Dès lors la vraie question est la suivante : quel type de choc faut-il imaginer pour que les Français et les Allemands commencent à se parler et à se comprendre vraiment ? Les crises économiques et financières à répétition, la crise des migrants, la montée des tensions à l’est au sud ne suffisent-ils pas ?

Certes l’Europe n’est pas le pire des mondes et n’est pas aussi mal gérée qu’on se plaît à le dire. Les positions affichées avec force par les uns et les autres ne sont pas aussi fortes qu’ils le pensent. La France ne peut s’abstraire des engagements pris au motif que c’est un pays fondateur, qu’elle assure la défense de l’Europe ou quelle détient la vérité économique. La France ne peut différer à l’infini son adaptation à la mondialisation et à l’Europe et prétendre bénéficier du parapluie allemand. L’Allemagne de son côté ne peut nier qu’elle est la grande bénéficiaire de l’Eurozone, qu’elle bénéficie des effets de spécialisation et d’agglomération au sein d’une zone monétaire et économique intégrée. Elle ne peut nier qu’elle dispose d’une base de relance de l’investissement dans une zone qui accumule un excès d’épargne et l’investit mal.
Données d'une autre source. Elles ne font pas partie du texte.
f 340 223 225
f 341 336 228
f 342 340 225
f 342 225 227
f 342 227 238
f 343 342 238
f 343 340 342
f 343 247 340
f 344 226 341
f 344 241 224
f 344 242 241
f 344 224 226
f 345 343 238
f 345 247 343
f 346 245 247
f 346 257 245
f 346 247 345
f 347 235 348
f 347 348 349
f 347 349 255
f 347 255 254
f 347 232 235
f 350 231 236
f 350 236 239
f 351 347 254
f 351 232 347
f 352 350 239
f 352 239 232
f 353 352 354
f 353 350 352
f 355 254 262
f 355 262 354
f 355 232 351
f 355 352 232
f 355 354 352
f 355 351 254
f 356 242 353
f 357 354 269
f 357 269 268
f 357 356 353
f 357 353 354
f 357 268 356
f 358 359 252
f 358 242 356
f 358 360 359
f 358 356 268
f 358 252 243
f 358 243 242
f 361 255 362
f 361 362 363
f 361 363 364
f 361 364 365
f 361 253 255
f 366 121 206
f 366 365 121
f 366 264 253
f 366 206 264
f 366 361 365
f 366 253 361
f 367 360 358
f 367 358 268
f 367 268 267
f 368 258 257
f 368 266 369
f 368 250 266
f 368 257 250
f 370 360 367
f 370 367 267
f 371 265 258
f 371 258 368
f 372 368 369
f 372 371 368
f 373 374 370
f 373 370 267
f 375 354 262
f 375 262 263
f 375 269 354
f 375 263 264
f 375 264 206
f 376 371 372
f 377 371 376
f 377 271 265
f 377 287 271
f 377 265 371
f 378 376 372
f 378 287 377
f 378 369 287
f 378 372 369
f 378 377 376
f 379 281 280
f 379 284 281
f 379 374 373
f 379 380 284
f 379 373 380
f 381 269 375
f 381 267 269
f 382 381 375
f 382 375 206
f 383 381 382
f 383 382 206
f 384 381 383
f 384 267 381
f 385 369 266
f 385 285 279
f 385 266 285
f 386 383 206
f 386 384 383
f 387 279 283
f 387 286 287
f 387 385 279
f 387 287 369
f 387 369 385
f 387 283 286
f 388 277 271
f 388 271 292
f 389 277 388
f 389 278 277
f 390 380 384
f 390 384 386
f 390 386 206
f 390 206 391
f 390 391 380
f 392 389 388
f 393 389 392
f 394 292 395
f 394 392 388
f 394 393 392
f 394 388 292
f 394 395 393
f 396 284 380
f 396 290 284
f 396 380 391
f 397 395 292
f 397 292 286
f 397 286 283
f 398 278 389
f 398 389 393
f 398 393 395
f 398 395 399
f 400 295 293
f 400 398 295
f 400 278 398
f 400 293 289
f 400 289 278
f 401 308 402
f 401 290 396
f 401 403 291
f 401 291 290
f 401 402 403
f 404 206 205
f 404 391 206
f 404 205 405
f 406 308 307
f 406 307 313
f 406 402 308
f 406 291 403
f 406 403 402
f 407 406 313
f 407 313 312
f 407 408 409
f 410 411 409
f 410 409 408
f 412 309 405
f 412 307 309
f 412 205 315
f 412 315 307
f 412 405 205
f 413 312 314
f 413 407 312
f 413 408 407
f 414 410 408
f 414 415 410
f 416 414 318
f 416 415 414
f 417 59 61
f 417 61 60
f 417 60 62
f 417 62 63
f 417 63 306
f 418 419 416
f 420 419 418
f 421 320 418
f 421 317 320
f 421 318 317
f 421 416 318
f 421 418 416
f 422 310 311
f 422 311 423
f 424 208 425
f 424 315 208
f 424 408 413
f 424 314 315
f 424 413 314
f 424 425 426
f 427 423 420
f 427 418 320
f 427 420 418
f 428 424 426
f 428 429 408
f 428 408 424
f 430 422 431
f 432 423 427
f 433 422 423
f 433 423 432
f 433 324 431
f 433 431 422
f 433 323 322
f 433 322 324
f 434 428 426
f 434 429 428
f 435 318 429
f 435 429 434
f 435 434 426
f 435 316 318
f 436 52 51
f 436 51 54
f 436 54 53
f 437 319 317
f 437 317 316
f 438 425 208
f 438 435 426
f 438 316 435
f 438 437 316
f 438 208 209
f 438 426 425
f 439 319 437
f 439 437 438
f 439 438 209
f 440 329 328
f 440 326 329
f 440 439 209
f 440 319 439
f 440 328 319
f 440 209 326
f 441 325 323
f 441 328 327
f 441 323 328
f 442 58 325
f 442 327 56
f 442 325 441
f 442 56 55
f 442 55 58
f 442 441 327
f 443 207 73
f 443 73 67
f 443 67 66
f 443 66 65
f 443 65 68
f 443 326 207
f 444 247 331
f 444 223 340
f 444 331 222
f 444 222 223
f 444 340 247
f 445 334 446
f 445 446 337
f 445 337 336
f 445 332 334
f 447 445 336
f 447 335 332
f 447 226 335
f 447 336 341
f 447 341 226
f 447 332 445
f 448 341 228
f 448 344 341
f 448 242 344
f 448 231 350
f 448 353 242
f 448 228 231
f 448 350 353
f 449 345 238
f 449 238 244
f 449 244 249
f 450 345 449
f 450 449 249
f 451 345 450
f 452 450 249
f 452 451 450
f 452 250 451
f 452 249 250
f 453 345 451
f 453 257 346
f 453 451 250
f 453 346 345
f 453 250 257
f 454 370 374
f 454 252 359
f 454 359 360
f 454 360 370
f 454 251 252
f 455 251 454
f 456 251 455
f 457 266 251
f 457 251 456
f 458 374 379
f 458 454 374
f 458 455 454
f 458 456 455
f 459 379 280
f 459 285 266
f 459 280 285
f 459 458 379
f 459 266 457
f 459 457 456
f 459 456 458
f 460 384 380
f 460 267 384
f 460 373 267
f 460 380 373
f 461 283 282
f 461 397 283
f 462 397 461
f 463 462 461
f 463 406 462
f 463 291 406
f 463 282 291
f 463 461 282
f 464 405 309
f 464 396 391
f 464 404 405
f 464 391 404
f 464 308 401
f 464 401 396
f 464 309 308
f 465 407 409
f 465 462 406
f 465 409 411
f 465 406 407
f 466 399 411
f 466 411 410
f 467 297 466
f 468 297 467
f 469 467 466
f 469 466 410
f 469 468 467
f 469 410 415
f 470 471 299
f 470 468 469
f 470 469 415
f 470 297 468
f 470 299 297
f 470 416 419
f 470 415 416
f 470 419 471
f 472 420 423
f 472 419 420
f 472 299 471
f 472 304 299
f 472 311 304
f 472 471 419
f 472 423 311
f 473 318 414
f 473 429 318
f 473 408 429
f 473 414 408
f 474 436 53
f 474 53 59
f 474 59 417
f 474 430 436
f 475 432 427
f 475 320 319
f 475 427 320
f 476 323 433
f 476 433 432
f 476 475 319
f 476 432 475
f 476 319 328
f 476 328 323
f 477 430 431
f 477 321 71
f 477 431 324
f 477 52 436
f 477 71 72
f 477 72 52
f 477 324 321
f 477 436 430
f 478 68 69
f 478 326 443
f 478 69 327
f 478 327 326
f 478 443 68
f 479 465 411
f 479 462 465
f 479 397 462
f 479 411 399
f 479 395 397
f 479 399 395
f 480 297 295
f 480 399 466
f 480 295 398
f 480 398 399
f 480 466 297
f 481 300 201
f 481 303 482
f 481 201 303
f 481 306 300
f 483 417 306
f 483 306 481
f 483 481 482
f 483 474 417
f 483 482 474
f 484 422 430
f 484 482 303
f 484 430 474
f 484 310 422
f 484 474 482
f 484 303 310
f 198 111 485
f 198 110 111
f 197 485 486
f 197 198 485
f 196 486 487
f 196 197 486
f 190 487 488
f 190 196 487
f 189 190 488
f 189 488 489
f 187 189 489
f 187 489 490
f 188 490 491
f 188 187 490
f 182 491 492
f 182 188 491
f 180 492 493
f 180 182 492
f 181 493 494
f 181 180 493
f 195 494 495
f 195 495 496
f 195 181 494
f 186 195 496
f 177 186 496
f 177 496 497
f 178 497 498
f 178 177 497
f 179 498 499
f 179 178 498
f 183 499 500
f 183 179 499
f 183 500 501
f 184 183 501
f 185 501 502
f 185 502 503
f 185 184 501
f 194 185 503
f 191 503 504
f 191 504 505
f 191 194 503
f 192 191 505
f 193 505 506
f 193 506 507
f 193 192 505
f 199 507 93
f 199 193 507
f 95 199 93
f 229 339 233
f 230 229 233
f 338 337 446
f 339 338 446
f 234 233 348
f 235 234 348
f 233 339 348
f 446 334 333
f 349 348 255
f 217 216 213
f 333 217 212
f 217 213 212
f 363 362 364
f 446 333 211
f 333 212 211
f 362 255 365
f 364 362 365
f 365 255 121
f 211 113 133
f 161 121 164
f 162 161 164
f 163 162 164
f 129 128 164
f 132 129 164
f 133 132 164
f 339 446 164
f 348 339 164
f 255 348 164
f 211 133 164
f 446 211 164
La polycrise (économique, financière, des migrants, du Brexit, du commerce international, démocratique…) doit hisser le niveau de la négociation. L’Europe est le seul mécanisme d’assurance à la hauteur de la multiplicité des crises. En situation de crise extrême, la solidarité doit primer sur la prévention de l’aléa moral (les auteurs proposent des obligations indexées sur le PIB, des « GDP bonds »)

Il en est de même pour les pays les plus endettés. La camisole de force n’est pas la solution, dès lors il faut réformer pour trouver un sentier de croissance soutenable et en même temps préparer l’avenir en investissant et donc en acceptant de décaler dans le temps le retour aux grands équilibres. Il faut retrouver le bon usage des crises.
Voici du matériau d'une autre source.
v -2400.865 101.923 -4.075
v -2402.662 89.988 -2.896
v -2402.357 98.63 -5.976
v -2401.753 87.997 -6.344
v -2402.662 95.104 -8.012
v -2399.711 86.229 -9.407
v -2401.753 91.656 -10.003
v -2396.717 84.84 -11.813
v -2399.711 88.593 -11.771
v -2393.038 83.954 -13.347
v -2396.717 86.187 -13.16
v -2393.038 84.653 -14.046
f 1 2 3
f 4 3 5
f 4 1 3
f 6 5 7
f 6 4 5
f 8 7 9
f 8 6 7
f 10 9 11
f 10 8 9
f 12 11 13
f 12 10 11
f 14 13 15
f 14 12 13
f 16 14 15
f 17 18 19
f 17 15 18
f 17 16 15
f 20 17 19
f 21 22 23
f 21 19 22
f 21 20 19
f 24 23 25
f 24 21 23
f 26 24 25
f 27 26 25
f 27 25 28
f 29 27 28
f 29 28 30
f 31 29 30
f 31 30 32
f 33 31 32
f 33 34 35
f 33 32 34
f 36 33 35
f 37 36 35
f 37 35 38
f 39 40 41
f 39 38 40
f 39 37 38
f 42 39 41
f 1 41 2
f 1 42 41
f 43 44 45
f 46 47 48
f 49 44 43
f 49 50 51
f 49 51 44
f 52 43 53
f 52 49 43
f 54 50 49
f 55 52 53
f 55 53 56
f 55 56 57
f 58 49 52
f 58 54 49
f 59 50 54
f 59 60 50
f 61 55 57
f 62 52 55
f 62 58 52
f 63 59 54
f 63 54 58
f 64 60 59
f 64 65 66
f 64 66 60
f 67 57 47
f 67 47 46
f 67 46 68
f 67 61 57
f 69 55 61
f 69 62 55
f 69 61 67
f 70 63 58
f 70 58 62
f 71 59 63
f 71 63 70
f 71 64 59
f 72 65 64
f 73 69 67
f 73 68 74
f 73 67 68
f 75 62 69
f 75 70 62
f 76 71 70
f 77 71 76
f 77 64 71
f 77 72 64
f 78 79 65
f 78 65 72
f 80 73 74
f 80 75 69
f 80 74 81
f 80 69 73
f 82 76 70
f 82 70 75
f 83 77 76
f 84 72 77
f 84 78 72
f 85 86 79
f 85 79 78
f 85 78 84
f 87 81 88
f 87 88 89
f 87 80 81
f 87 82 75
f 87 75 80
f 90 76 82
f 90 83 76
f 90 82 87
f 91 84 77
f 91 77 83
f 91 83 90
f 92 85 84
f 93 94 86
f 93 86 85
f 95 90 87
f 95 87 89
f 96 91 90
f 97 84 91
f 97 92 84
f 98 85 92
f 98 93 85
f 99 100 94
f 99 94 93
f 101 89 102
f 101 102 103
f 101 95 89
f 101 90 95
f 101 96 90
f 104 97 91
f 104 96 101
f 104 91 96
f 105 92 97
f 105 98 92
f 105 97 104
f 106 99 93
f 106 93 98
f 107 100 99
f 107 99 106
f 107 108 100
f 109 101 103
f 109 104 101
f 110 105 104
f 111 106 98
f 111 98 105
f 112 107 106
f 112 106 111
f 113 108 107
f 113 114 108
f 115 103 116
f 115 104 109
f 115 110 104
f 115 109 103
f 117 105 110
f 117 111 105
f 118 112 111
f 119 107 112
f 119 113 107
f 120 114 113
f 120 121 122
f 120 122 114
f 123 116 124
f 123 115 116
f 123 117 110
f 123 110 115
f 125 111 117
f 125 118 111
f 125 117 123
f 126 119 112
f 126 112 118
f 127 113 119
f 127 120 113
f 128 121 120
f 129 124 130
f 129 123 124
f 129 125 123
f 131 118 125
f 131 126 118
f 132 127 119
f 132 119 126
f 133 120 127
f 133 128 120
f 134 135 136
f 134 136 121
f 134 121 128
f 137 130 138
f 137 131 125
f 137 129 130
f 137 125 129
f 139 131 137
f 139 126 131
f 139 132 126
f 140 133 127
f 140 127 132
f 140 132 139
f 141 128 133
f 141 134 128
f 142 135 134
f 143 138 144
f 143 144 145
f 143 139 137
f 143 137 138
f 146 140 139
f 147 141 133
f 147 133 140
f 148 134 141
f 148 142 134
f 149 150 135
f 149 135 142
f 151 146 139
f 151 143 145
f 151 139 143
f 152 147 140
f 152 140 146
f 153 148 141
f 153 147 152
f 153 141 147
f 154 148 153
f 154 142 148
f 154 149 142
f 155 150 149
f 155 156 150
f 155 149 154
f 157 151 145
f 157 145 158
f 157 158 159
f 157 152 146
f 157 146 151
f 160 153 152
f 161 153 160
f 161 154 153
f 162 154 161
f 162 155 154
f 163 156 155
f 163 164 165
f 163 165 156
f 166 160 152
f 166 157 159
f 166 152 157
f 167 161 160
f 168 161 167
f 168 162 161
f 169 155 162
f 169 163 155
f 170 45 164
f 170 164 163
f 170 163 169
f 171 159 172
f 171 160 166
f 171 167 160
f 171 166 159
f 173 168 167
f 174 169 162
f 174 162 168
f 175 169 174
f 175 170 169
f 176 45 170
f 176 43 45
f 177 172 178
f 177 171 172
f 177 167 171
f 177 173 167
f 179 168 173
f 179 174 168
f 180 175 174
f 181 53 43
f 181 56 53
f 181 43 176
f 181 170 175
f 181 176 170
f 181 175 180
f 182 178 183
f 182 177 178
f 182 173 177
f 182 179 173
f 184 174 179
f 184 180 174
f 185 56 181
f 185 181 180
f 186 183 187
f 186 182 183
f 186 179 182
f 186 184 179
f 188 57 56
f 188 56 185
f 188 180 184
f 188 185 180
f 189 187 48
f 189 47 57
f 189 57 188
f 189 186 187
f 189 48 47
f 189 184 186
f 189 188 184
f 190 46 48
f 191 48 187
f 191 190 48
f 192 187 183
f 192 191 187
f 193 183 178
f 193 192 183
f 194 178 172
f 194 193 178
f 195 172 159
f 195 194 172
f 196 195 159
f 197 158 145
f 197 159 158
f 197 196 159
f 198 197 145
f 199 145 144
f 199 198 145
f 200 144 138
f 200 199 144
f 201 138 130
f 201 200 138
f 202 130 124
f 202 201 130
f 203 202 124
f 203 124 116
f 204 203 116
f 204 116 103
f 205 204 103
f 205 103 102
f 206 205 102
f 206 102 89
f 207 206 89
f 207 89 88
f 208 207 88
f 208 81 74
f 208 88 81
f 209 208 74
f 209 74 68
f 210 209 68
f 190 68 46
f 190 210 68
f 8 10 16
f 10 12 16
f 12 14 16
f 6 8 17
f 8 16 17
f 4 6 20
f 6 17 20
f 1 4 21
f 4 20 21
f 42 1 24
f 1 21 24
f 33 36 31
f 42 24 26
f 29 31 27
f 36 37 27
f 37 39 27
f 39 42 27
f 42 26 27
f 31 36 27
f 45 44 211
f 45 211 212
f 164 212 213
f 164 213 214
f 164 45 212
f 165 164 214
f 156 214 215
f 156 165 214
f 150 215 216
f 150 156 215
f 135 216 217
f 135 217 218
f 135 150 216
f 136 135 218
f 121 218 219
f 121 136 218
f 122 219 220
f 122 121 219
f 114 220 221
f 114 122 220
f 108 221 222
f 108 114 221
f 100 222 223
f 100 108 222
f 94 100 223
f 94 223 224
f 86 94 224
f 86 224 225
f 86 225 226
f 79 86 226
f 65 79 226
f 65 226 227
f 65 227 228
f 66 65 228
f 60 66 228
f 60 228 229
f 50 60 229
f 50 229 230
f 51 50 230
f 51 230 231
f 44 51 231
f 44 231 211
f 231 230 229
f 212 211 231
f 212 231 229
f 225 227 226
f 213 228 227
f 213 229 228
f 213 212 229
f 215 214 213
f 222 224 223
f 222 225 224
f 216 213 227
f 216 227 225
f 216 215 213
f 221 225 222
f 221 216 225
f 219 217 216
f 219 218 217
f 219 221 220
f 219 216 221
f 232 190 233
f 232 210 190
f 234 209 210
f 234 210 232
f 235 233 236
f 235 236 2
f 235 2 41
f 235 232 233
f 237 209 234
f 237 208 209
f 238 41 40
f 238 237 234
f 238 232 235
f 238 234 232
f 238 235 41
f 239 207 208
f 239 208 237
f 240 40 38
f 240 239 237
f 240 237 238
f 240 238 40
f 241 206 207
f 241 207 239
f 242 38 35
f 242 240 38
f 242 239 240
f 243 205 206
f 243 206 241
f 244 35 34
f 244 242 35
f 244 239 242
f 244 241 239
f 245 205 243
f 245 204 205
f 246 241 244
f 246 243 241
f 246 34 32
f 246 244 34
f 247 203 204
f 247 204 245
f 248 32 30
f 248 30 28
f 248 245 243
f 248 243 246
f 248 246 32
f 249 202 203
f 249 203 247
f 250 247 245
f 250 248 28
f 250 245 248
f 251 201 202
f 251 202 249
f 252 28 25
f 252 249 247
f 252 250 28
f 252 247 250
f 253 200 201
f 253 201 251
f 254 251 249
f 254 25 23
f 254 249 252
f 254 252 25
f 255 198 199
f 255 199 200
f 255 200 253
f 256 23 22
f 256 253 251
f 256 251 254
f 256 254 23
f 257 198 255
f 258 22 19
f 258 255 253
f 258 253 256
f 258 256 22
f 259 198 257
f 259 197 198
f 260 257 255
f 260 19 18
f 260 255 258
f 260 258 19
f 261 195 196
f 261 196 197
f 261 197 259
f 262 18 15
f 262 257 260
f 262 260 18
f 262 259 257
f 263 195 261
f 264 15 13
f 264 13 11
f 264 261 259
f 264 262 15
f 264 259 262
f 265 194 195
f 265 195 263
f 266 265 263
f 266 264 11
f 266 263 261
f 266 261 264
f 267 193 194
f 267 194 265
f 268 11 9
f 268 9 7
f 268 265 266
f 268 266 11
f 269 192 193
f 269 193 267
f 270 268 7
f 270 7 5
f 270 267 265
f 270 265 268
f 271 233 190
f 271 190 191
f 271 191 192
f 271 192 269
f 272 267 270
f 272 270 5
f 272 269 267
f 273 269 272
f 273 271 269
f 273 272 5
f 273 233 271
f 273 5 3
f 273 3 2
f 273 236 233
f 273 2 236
Les solutions peuvent donc être aisément dessinées : un budget euro consistant, des engagements vérifiables de conversion à la culture de la stabilité, une forme de mutualisation de la dette. Il faut traiter spécifiquement la dette héritée et excessive, européaniser le système bancaire en combinant assurance mutuelle et strict contrôle du risque. Il faut enfin un dispositif permanent de traitement des chocs asymétriques... faute de quoi, de crise en crise, l’Europe se délitera et se décomposera.